New Wireless Device for Home Parkinson’s Assessments

With more than 10 million people around the globe affected by Parkinson’s disease, which is now considered the fastest-growing neurological disease, clinicians could use all the help they can get in improving methodology for tracking its severity and progression. As it stands, the motor skill and cognitive function tests they commonly administer to get a handle on a Parkinson’s patient’s condition are too prone to being rendered inaccurate by outside factors. This includes physician distance as a barrier to proper treatment, and studies point to some 40% of these patients having never been seen by a neurologist or disease specialist, in many cases because of difficulty traveling or living too far away.

Researchers from MIT and elsewhere have recently stepped up with a convenient in-home device capable of monitoring a patient’s movement behaviors, which are indicative of severity, progression, and medication response.
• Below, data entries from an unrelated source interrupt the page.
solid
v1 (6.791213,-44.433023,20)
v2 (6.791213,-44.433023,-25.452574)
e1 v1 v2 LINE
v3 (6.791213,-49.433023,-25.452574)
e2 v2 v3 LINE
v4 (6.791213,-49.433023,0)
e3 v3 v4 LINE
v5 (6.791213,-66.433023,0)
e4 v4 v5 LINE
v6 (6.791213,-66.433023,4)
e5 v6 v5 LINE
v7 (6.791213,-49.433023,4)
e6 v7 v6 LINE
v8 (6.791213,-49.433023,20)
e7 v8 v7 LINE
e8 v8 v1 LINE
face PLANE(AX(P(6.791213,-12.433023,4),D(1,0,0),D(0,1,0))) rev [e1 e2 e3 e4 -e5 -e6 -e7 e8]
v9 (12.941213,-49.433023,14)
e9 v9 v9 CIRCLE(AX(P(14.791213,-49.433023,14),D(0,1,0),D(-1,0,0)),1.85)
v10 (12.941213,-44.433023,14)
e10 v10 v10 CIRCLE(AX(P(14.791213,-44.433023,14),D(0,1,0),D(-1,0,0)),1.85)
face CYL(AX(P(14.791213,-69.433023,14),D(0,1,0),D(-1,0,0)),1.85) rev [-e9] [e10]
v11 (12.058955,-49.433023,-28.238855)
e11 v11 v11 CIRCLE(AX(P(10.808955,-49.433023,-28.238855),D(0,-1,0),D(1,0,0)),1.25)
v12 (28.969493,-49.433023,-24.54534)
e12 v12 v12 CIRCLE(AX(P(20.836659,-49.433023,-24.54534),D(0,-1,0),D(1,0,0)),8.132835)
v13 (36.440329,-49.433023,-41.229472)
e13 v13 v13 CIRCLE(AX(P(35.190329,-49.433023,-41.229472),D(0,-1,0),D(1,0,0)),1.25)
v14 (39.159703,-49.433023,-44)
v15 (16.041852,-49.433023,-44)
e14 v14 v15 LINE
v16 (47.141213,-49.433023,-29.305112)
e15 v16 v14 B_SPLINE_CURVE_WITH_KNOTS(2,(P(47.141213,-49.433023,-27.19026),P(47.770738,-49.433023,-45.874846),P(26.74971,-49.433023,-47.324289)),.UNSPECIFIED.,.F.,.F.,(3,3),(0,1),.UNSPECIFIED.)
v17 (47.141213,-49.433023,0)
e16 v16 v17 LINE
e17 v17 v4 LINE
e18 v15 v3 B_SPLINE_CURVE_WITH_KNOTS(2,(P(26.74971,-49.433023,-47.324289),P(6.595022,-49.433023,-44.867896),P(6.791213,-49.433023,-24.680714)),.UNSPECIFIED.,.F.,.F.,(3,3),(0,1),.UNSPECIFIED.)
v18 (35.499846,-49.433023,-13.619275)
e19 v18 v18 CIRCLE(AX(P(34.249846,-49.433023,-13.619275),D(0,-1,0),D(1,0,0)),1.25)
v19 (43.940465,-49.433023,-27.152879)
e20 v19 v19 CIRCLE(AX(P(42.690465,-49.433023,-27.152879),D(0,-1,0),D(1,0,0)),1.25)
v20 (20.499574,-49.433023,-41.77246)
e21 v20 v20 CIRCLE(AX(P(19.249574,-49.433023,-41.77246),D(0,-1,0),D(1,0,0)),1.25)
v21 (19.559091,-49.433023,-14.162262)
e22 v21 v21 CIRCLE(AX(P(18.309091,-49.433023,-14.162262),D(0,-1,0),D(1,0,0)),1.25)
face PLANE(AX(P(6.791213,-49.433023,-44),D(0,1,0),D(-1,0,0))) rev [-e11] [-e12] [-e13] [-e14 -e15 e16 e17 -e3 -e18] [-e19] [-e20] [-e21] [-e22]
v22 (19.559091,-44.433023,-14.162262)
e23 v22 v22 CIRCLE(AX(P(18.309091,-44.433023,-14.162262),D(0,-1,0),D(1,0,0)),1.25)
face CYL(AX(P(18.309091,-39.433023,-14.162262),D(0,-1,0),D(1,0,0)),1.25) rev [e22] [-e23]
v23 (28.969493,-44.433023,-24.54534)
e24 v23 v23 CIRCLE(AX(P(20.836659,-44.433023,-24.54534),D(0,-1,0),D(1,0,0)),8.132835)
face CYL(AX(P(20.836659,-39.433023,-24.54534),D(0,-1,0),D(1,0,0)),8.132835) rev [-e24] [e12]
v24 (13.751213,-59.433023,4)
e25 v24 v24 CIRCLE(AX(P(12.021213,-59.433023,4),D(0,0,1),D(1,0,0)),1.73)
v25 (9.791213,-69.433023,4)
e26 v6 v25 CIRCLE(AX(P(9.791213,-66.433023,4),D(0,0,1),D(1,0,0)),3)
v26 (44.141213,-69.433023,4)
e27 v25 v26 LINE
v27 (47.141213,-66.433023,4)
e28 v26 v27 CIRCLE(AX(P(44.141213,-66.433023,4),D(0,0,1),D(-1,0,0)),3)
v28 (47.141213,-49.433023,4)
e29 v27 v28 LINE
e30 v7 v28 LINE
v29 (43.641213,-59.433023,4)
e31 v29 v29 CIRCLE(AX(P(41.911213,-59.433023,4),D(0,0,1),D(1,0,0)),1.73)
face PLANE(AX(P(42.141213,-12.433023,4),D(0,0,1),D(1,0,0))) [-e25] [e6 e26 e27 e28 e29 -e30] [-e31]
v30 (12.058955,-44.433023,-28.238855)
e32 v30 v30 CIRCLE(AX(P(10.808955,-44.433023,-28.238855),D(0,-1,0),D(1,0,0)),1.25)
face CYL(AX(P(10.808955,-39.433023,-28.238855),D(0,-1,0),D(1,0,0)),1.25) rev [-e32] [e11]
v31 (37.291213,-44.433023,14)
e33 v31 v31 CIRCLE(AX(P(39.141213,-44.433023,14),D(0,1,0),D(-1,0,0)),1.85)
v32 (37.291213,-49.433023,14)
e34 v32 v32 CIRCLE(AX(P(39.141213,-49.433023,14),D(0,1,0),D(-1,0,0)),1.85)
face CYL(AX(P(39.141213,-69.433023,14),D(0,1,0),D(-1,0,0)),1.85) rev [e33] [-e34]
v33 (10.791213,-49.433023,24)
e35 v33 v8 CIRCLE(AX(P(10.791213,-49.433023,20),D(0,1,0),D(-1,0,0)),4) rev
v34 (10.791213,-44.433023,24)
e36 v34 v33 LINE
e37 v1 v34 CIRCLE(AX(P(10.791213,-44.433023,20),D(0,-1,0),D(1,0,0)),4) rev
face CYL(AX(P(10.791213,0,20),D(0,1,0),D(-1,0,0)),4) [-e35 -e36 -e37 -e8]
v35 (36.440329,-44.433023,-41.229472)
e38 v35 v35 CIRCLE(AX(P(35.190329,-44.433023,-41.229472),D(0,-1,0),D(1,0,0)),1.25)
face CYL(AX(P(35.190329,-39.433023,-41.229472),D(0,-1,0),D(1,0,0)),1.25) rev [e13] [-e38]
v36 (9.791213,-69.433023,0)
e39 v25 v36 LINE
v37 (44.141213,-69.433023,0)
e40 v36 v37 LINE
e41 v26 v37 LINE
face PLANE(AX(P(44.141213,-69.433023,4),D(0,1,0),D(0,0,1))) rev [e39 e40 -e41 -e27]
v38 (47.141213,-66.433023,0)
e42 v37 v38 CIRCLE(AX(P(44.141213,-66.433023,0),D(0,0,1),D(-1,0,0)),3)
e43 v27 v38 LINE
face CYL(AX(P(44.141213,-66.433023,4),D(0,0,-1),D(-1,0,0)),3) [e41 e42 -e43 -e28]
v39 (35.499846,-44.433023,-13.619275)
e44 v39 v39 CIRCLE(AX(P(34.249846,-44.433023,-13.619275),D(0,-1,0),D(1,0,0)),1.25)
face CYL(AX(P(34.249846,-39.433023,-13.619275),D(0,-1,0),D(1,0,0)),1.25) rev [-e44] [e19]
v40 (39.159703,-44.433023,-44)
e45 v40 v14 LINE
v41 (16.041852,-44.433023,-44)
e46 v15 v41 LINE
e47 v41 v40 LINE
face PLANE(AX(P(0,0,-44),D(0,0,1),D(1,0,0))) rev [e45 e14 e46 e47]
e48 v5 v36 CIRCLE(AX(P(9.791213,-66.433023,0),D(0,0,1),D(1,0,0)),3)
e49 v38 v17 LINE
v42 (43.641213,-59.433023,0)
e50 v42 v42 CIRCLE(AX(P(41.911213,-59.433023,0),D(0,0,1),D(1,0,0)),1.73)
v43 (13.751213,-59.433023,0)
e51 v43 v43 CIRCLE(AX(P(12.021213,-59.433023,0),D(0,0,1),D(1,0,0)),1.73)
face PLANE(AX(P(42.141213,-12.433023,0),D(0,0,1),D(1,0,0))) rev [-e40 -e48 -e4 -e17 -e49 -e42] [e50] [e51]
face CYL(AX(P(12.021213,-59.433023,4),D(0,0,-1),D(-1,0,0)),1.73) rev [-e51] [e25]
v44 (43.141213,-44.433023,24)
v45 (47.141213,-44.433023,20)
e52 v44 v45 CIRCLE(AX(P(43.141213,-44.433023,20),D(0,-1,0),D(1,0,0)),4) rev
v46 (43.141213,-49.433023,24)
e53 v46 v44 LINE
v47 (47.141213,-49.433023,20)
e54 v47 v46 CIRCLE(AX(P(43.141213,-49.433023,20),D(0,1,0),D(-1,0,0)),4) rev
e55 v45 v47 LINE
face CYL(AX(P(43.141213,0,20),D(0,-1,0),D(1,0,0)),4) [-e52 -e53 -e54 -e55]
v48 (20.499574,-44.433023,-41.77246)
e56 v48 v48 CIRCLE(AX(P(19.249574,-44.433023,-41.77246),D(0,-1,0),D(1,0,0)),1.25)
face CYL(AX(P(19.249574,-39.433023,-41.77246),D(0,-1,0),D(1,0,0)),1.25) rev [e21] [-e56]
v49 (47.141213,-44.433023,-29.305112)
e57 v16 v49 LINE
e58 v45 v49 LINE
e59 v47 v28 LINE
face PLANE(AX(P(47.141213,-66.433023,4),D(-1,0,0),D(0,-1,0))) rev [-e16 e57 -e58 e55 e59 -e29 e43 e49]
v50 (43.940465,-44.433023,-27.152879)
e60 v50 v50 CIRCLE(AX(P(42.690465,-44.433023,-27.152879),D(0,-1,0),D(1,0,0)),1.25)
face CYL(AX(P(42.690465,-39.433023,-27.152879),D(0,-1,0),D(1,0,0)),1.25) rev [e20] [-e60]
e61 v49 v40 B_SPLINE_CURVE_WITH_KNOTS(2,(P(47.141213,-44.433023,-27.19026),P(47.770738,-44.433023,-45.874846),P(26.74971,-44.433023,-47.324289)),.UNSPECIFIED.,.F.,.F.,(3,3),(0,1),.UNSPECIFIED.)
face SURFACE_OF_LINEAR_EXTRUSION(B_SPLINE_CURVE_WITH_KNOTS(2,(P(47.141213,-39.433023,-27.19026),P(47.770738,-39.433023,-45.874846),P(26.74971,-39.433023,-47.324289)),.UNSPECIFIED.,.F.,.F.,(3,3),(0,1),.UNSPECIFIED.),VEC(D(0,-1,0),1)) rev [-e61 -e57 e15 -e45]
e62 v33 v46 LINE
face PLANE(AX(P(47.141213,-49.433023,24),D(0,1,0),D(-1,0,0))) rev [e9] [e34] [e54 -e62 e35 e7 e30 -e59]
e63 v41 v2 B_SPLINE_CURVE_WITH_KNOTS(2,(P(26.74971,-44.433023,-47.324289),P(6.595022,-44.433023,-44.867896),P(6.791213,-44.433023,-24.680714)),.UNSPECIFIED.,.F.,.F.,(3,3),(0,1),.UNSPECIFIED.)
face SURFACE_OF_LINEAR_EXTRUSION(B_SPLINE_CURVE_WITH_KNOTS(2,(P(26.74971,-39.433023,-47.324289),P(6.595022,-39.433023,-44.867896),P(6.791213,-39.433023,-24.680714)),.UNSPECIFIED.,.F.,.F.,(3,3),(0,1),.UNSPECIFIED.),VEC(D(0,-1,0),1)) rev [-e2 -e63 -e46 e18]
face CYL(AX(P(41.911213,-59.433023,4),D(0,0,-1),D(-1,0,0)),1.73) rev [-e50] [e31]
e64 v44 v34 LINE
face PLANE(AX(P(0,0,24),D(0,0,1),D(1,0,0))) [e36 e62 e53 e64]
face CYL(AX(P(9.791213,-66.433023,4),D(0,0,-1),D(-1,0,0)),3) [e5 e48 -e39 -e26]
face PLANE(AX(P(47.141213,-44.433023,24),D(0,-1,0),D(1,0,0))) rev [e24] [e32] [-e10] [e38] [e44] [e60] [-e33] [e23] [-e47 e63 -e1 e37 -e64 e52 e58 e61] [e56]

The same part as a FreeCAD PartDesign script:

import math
import FreeCAD as App
import Part
import Sketcher
from FreeCAD import Vector
Q = App.Units.Quantity


def edges_at(feature, points):
    """Names of the edges that pass closest to the given points."""
    edges = feature.Shape.Edges
    near = lambda p: min(range(len(edges)), key=lambda i: edges[i].distToShape(Part.Vertex(*p))[0])
    return sorted({f"Edge{near(p) + 1}" for p in points})

doc = App.newDocument("Part")
body = doc.addObject("PartDesign::Body", "Body")

# Sketch on XY plane
sketch1 = body.newObject("Sketcher::SketchObject", "Sketch")
sketch1.AttachmentSupport = (doc.getObject("XY_Plane"), [""])
sketch1.MapMode = "FlatFace"
sketch1.addGeometry([
    Part.LineSegment(Vector(9.791213, -69.433023, 0), Vector(44.141213, -69.433023, 0)),  # 0
    Part.ArcOfCircle(Part.Circle(Vector(44.141213, -66.433023, 0), Vector(0, 0, 1), 3), math.radians(-90), math.radians(0)),  # 1
    Part.LineSegment(Vector(47.141213, -66.433023, 0), Vector(47.141213, -12.433023, 0)),  # 2
    Part.ArcOfCircle(Part.Circle(Vector(42.141213, -12.433023, 0), Vector(0, 0, 1), 5), math.radians(0), math.radians(90)),  # 3
    Part.LineSegment(Vector(42.141213, -7.433023, 0), Vector(11.791213, -7.433023, 0)),  # 4
    Part.ArcOfCircle(Part.Circle(Vector(11.791213, -12.433023, 0), Vector(0, 0, 1), 5), math.radians(90), math.radians(180)),  # 5
    Part.LineSegment(Vector(6.791213, -12.433023, 0), Vector(6.791213, -66.433023, 0)),  # 6
    Part.ArcOfCircle(Part.Circle(Vector(9.791213, -66.433023, 0), Vector(0, 0, 1), 3), math.radians(180), math.radians(270)),  # 7
    Part.Circle(Vector(41.911213, -59.433023, 0), Vector(0, 0, 1), 1.73),  # 8
    Part.Circle(Vector(41.911213, -38.723023, 0), Vector(0, 0, 1), 1.75),  # 9
    Part.Circle(Vector(12.021213, -59.433023, 0), Vector(0, 0, 1), 1.73),  # 10
    Part.Circle(Vector(12.021213, -38.723023, 0), Vector(0, 0, 1), 1.75),  # 11
    Part.Circle(Vector(41.911213, -14.663023, 0), Vector(0, 0, 1), 1.73),  # 12
    Part.Circle(Vector(12.021213, -14.663023, 0), Vector(0, 0, 1), 1.73),  # 13
], False)
sketch1.addConstraint([
    Sketcher.Constraint("Tangent", 0, 2, 1, 1),
    Sketcher.Constraint("Tangent", 1, 2, 2, 1),
    Sketcher.Constraint("Tangent", 2, 2, 3, 1),
    Sketcher.Constraint("Tangent", 3, 2, 4, 1),
    Sketcher.Constraint("Tangent", 4, 2, 5, 1),
    Sketcher.Constraint("Tangent", 5, 2, 6, 1),
    Sketcher.Constraint("Tangent", 6, 2, 7, 1),
    Sketcher.Constraint("Tangent", 7, 2, 0, 1),
    Sketcher.Constraint("Horizontal", 0),
    Sketcher.Constraint("Vertical", 2),
    Sketcher.Constraint("Horizontal", 4),
    Sketcher.Constraint("Vertical", 6),
    Sketcher.Constraint("Equal", 3, 5),
    Sketcher.Constraint("Equal", 1, 7),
This Wi-Fi router-sized device aggregates data passively via radio signals reflected off an individual’s body during everyday movement around the house without requiring incorporation as a wearable or any extra behavioral modification from its subject. Even breathing patterns during sleep can be picked up by the device.

A year-long, in-home study comprised of 50 participants found that clinicians can leverage the data with machine-learning algorithms to accurately track Parkinson’s progression and medication response, surpassing what is possible through periodic in-clinic evaluations. The passively amassed data could include more than 200,000 gait speed measurements and other substantial, medically useful metrics.